REQUIRED ACTION: Below are records; work out how many of their lines contain the word "solid" and reply with the number only.

GIVEN RECORDS:

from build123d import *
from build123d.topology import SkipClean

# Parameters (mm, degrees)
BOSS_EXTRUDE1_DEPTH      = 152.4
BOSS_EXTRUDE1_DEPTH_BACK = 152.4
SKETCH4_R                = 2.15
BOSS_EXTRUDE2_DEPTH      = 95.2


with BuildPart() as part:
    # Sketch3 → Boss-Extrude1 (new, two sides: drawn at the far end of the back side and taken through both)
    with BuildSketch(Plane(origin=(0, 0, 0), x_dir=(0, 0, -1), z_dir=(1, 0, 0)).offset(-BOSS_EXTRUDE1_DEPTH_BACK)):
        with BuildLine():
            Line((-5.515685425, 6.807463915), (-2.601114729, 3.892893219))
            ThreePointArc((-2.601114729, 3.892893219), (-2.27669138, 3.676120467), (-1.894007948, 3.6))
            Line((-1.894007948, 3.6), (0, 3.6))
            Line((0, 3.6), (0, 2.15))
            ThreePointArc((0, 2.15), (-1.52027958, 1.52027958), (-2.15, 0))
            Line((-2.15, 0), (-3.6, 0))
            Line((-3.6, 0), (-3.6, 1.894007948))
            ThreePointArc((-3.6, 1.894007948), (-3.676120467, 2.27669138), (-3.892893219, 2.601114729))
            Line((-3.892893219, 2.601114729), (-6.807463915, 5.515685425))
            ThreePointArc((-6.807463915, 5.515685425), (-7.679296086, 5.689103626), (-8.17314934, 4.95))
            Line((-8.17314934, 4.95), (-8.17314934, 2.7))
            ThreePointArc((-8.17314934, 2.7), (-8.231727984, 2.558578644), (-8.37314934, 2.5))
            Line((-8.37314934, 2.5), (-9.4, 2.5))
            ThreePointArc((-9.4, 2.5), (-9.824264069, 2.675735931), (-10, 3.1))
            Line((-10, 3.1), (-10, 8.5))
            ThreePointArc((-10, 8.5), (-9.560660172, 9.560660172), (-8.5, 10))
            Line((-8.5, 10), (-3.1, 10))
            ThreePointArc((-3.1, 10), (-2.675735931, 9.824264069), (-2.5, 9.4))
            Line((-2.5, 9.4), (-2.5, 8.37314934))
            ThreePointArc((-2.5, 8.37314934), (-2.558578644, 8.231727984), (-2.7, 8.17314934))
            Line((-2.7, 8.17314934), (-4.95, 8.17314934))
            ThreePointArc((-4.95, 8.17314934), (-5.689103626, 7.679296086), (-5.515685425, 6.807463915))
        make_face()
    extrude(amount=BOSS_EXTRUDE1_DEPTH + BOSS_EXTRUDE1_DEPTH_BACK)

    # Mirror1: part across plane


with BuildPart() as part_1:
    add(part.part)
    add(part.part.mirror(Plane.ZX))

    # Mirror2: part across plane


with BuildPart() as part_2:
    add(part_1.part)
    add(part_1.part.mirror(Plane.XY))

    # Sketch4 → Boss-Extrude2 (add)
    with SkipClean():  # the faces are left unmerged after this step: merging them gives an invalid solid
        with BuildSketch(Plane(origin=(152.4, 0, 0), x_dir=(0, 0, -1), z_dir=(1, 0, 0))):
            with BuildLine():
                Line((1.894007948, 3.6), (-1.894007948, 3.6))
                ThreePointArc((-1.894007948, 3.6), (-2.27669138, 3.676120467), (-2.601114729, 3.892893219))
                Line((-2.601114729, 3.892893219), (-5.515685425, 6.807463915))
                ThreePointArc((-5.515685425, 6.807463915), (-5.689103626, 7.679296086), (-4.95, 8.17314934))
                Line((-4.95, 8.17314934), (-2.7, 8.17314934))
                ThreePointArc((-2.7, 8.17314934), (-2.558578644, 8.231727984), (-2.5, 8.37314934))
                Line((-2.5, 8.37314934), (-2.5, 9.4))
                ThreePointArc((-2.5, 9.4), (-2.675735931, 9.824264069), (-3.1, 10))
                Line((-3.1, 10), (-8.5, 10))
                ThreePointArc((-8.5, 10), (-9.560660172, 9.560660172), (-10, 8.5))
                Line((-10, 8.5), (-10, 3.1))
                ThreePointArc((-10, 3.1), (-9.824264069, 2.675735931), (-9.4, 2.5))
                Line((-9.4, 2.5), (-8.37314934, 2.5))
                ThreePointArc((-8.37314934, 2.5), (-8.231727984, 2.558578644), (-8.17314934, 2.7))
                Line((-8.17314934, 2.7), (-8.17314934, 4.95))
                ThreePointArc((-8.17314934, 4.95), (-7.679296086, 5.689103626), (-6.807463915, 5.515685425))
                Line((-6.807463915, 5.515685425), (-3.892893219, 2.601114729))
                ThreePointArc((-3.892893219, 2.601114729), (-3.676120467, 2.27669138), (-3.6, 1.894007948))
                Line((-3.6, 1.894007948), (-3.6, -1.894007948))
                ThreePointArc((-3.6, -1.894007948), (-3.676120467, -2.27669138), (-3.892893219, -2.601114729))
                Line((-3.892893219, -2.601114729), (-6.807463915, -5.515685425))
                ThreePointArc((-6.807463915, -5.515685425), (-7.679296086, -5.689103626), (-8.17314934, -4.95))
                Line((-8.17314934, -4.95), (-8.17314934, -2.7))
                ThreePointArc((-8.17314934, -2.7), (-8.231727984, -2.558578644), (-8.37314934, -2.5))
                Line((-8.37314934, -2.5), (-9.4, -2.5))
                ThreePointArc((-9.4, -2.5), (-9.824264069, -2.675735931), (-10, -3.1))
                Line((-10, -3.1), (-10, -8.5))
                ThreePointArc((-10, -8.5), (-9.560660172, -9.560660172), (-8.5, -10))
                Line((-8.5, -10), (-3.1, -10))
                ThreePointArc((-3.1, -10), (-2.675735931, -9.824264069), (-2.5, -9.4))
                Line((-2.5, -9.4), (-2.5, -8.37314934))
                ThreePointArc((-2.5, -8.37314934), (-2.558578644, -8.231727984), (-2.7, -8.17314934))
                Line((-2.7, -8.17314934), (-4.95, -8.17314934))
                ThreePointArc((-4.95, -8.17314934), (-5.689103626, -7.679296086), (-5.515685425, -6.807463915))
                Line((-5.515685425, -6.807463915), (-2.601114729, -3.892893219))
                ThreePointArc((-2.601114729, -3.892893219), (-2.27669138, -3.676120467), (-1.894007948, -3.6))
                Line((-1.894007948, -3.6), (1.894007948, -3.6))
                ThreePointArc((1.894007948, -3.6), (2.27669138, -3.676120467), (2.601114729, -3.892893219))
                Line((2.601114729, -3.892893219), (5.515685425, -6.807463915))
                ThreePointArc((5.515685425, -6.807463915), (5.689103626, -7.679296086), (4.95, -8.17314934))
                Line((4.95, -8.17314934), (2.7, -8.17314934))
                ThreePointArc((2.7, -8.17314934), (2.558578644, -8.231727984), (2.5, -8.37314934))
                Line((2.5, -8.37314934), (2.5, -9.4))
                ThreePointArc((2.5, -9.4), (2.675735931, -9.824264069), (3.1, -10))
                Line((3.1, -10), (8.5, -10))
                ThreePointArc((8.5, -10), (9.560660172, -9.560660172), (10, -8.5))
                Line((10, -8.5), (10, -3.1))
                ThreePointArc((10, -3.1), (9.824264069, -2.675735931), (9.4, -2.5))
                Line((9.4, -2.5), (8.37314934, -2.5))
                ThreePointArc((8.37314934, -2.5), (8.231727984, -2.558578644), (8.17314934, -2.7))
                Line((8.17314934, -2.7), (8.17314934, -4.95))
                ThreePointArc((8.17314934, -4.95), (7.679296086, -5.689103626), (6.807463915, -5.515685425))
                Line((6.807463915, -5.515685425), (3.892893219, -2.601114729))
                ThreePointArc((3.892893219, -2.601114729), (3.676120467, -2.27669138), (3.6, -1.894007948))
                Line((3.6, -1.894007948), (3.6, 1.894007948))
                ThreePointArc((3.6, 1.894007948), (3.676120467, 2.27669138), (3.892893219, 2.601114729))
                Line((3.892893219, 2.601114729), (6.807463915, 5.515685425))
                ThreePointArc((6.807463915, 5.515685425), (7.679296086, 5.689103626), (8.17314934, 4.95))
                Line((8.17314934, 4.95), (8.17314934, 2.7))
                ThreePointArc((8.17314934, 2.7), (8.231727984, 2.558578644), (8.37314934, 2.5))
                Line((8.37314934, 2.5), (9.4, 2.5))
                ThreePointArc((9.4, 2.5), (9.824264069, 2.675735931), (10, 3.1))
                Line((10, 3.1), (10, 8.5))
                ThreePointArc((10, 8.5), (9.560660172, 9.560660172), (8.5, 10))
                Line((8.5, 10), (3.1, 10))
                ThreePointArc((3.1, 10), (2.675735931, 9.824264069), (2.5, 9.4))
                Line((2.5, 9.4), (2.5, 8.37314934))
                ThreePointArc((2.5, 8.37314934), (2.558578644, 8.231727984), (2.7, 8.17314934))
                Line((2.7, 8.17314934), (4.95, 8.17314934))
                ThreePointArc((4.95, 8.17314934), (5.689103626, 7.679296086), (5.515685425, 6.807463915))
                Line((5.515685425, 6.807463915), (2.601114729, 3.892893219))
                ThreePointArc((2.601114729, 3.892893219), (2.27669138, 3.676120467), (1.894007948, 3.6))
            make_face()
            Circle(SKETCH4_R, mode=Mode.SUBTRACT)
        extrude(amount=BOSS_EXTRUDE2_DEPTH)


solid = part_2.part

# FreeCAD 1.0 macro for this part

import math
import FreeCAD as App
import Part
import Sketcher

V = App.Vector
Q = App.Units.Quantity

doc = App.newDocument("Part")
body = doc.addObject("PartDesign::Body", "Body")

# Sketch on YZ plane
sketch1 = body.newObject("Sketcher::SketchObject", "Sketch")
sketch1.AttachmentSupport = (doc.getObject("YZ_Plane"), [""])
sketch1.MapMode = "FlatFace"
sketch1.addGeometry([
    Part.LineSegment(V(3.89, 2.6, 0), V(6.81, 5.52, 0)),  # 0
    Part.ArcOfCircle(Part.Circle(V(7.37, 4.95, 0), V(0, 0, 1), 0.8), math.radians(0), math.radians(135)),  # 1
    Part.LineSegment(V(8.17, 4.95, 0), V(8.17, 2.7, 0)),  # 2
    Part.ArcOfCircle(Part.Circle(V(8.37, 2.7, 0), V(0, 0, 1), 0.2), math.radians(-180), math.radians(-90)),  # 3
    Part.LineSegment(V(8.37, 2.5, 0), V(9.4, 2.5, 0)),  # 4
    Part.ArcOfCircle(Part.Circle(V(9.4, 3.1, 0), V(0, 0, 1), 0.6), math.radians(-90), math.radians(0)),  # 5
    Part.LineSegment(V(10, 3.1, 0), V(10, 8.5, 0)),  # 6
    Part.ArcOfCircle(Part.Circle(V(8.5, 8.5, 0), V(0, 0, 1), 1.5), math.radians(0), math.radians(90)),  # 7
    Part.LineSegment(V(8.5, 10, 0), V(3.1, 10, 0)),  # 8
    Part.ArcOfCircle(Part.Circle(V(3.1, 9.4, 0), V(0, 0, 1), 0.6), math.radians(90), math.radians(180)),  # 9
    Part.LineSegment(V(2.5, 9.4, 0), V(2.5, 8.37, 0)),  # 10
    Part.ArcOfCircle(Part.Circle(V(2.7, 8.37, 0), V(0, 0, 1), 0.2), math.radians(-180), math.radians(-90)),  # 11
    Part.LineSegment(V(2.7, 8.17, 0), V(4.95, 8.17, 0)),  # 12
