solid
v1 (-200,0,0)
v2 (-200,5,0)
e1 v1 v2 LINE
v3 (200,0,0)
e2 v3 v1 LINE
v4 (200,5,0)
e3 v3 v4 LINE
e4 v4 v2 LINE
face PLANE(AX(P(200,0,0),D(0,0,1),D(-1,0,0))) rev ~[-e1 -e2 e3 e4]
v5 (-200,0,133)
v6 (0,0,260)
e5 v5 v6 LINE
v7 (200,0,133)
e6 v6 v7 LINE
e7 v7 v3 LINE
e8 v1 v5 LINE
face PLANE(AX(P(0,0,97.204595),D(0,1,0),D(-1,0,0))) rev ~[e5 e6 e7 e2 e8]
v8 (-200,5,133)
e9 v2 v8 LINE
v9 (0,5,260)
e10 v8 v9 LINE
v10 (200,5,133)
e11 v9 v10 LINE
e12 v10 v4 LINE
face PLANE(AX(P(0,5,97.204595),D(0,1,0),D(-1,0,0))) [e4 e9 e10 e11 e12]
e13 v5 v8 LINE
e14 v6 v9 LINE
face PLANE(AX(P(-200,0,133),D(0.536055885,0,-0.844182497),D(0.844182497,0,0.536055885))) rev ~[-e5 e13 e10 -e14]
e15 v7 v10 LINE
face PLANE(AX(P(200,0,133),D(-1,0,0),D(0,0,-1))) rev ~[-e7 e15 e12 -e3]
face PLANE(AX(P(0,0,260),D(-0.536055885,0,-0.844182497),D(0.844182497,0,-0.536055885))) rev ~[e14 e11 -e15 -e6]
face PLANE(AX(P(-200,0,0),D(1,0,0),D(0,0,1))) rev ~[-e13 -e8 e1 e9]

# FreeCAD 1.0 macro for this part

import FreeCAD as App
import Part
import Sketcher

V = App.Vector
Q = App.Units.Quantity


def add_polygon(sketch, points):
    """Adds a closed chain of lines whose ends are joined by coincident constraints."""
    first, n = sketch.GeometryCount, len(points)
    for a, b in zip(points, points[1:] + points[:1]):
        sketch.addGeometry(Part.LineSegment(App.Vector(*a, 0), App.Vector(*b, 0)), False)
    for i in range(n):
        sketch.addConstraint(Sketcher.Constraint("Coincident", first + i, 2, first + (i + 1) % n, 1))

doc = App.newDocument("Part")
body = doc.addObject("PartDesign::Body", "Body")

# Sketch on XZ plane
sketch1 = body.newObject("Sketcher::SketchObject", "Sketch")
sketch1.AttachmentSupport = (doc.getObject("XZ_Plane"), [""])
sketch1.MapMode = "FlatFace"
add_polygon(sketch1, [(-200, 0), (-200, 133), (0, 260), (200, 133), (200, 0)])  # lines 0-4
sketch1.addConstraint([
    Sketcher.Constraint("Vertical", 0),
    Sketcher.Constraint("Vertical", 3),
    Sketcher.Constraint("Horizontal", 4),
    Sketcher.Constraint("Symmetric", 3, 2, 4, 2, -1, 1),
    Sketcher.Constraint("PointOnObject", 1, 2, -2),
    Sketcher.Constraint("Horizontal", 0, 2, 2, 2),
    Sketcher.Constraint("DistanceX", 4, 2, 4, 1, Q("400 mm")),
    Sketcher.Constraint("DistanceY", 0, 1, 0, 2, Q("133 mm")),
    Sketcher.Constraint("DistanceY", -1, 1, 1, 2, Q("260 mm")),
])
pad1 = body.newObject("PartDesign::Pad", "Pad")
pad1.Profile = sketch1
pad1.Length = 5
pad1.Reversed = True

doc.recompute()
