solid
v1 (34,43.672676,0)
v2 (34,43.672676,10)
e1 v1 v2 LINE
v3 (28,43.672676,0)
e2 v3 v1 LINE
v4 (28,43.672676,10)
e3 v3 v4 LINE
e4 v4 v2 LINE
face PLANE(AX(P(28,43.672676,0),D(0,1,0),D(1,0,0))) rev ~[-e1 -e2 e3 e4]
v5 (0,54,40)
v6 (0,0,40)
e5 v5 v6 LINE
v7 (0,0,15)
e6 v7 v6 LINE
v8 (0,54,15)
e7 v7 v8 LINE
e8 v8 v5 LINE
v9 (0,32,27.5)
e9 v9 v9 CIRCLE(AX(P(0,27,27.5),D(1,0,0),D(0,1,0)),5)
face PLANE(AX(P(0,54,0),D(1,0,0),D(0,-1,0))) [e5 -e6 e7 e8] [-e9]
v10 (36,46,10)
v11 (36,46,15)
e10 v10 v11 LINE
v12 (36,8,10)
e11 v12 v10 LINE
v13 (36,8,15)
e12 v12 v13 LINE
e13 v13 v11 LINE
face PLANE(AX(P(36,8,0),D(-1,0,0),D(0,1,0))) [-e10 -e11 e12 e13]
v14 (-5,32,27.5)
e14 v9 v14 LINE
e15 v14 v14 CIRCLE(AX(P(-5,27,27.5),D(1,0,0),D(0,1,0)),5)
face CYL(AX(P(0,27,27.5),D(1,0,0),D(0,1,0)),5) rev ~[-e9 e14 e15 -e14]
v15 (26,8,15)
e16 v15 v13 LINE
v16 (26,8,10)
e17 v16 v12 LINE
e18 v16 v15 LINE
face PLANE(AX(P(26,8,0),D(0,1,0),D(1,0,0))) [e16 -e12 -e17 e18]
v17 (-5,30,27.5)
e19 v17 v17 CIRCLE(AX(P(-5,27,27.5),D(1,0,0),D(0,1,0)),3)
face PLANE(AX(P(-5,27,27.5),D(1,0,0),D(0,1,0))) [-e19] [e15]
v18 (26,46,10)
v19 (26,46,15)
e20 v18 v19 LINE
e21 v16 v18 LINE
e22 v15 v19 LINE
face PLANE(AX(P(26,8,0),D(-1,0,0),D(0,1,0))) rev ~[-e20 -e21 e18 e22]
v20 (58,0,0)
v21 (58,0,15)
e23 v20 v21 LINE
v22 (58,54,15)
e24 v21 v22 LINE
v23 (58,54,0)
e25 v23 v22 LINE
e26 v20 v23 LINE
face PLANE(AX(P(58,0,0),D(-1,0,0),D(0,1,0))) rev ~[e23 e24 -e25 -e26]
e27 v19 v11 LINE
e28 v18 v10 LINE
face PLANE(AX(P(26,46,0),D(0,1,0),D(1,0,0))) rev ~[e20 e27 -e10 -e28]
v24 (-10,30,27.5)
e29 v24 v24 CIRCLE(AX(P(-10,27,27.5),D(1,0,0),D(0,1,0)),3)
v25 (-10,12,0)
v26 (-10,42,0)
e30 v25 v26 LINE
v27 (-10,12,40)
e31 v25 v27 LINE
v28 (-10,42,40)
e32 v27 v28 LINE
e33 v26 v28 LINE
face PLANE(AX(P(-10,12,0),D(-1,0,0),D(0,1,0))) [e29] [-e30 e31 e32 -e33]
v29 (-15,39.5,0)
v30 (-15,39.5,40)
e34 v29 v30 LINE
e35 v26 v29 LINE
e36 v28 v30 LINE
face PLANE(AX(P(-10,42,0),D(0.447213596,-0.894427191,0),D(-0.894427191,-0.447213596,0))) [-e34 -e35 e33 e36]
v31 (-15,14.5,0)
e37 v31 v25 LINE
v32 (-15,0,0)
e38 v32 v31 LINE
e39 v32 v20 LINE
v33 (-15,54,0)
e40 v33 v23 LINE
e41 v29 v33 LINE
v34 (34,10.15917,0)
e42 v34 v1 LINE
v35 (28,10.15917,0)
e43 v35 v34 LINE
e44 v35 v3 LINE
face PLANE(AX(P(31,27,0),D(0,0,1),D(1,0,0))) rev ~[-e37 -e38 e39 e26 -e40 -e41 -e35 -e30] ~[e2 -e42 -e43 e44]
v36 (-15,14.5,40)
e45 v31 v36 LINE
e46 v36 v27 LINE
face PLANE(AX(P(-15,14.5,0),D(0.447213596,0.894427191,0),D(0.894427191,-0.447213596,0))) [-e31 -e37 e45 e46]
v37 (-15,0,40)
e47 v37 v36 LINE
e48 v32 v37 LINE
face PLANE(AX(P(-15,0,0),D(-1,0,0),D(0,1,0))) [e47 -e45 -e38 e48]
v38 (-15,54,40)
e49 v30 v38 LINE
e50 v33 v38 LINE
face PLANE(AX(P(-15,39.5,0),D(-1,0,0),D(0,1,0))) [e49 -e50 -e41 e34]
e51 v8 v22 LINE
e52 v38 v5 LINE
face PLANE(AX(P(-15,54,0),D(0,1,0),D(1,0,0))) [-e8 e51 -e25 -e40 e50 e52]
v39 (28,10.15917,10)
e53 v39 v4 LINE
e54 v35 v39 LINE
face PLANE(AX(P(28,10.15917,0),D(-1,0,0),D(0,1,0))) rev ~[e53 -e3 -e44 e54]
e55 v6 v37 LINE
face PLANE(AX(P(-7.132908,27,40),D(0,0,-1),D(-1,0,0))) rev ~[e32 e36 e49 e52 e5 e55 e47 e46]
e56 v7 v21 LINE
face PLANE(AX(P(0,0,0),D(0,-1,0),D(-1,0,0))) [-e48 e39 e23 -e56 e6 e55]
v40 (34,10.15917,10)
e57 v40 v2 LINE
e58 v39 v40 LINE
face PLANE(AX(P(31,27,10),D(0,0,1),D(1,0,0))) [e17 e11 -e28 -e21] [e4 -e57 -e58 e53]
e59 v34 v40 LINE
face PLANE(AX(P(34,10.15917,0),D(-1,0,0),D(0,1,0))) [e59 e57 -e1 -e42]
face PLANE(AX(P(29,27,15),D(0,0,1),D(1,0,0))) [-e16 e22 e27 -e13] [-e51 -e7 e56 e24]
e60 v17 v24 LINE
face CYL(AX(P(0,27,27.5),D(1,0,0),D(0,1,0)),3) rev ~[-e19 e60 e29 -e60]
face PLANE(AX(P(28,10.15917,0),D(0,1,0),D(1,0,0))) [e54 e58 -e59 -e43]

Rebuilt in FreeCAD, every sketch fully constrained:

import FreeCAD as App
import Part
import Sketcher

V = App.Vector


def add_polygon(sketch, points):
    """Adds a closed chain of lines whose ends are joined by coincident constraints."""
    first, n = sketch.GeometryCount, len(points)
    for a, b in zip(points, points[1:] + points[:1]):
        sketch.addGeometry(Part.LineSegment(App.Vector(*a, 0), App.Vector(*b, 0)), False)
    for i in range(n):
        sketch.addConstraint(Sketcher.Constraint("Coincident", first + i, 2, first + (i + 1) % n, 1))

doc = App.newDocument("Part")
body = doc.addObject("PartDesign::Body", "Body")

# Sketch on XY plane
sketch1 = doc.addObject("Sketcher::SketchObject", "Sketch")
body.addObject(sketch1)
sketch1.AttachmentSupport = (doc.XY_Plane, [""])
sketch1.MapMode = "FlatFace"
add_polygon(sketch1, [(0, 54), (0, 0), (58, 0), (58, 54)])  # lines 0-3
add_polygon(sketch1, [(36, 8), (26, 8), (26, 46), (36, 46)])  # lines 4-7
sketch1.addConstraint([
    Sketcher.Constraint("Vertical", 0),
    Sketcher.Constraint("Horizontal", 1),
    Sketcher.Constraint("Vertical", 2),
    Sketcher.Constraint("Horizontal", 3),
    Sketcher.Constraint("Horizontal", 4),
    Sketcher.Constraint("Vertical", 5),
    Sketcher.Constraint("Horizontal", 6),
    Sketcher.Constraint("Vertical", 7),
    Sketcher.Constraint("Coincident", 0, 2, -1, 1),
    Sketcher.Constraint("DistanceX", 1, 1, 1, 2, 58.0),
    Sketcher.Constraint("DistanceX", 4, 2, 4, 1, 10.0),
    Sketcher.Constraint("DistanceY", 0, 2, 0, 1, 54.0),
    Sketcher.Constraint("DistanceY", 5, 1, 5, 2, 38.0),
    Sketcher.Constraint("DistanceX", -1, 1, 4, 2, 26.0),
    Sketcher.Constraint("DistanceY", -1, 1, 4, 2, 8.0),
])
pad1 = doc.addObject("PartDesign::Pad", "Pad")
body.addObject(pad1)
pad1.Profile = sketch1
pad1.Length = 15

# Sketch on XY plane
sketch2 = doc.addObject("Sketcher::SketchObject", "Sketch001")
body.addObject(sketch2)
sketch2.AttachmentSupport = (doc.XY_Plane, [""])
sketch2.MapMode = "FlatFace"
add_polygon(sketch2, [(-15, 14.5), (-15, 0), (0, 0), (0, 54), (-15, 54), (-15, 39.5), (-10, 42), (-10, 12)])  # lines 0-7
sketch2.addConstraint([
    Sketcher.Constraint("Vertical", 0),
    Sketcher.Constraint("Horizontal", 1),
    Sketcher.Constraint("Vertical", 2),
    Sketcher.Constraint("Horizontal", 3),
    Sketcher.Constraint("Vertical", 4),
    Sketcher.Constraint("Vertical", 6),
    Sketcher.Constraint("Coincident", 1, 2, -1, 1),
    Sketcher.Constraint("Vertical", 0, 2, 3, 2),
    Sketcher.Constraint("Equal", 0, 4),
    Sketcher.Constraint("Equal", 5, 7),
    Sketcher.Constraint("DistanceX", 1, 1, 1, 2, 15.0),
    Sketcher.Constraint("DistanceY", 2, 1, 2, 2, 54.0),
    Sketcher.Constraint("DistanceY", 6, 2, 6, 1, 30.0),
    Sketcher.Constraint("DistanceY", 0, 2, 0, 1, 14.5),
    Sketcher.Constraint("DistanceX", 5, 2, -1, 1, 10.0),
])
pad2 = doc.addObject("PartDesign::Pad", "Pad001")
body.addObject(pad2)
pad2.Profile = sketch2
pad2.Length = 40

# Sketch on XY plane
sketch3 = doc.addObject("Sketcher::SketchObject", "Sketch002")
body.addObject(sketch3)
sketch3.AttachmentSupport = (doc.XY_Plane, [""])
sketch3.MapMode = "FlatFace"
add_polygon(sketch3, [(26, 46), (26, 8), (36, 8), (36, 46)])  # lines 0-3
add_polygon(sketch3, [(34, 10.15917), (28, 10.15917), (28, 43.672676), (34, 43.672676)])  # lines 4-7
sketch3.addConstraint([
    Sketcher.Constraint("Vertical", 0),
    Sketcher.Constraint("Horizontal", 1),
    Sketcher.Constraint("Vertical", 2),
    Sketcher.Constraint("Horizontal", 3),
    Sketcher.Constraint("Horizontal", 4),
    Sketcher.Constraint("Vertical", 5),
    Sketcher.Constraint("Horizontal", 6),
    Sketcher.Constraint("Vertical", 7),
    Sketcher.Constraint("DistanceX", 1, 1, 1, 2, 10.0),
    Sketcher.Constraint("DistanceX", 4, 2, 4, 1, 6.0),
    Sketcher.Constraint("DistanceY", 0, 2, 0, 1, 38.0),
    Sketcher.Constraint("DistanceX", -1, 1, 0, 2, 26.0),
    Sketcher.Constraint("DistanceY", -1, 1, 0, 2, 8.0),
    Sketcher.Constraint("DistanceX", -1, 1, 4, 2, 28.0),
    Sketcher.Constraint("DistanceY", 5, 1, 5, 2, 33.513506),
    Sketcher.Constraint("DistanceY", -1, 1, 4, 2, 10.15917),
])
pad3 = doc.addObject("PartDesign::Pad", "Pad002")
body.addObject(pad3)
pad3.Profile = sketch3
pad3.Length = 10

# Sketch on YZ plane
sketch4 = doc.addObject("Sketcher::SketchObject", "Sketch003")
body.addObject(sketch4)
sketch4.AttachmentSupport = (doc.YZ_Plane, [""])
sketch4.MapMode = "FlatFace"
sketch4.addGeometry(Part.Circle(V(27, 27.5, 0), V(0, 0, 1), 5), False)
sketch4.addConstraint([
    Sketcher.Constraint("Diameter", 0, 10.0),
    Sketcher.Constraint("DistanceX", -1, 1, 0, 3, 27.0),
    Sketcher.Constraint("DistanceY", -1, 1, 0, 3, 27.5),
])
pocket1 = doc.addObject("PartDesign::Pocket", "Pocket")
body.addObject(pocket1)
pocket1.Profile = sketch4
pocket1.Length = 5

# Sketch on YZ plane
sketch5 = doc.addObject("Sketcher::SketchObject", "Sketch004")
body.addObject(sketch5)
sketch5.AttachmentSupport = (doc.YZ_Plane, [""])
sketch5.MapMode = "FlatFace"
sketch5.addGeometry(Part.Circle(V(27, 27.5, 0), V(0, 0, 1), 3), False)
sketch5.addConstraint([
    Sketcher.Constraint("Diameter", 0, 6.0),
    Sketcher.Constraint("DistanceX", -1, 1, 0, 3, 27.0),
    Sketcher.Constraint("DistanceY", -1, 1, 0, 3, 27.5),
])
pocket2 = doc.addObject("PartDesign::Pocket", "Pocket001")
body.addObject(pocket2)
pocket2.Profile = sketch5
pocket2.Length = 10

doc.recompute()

TASK RESPONSE: 4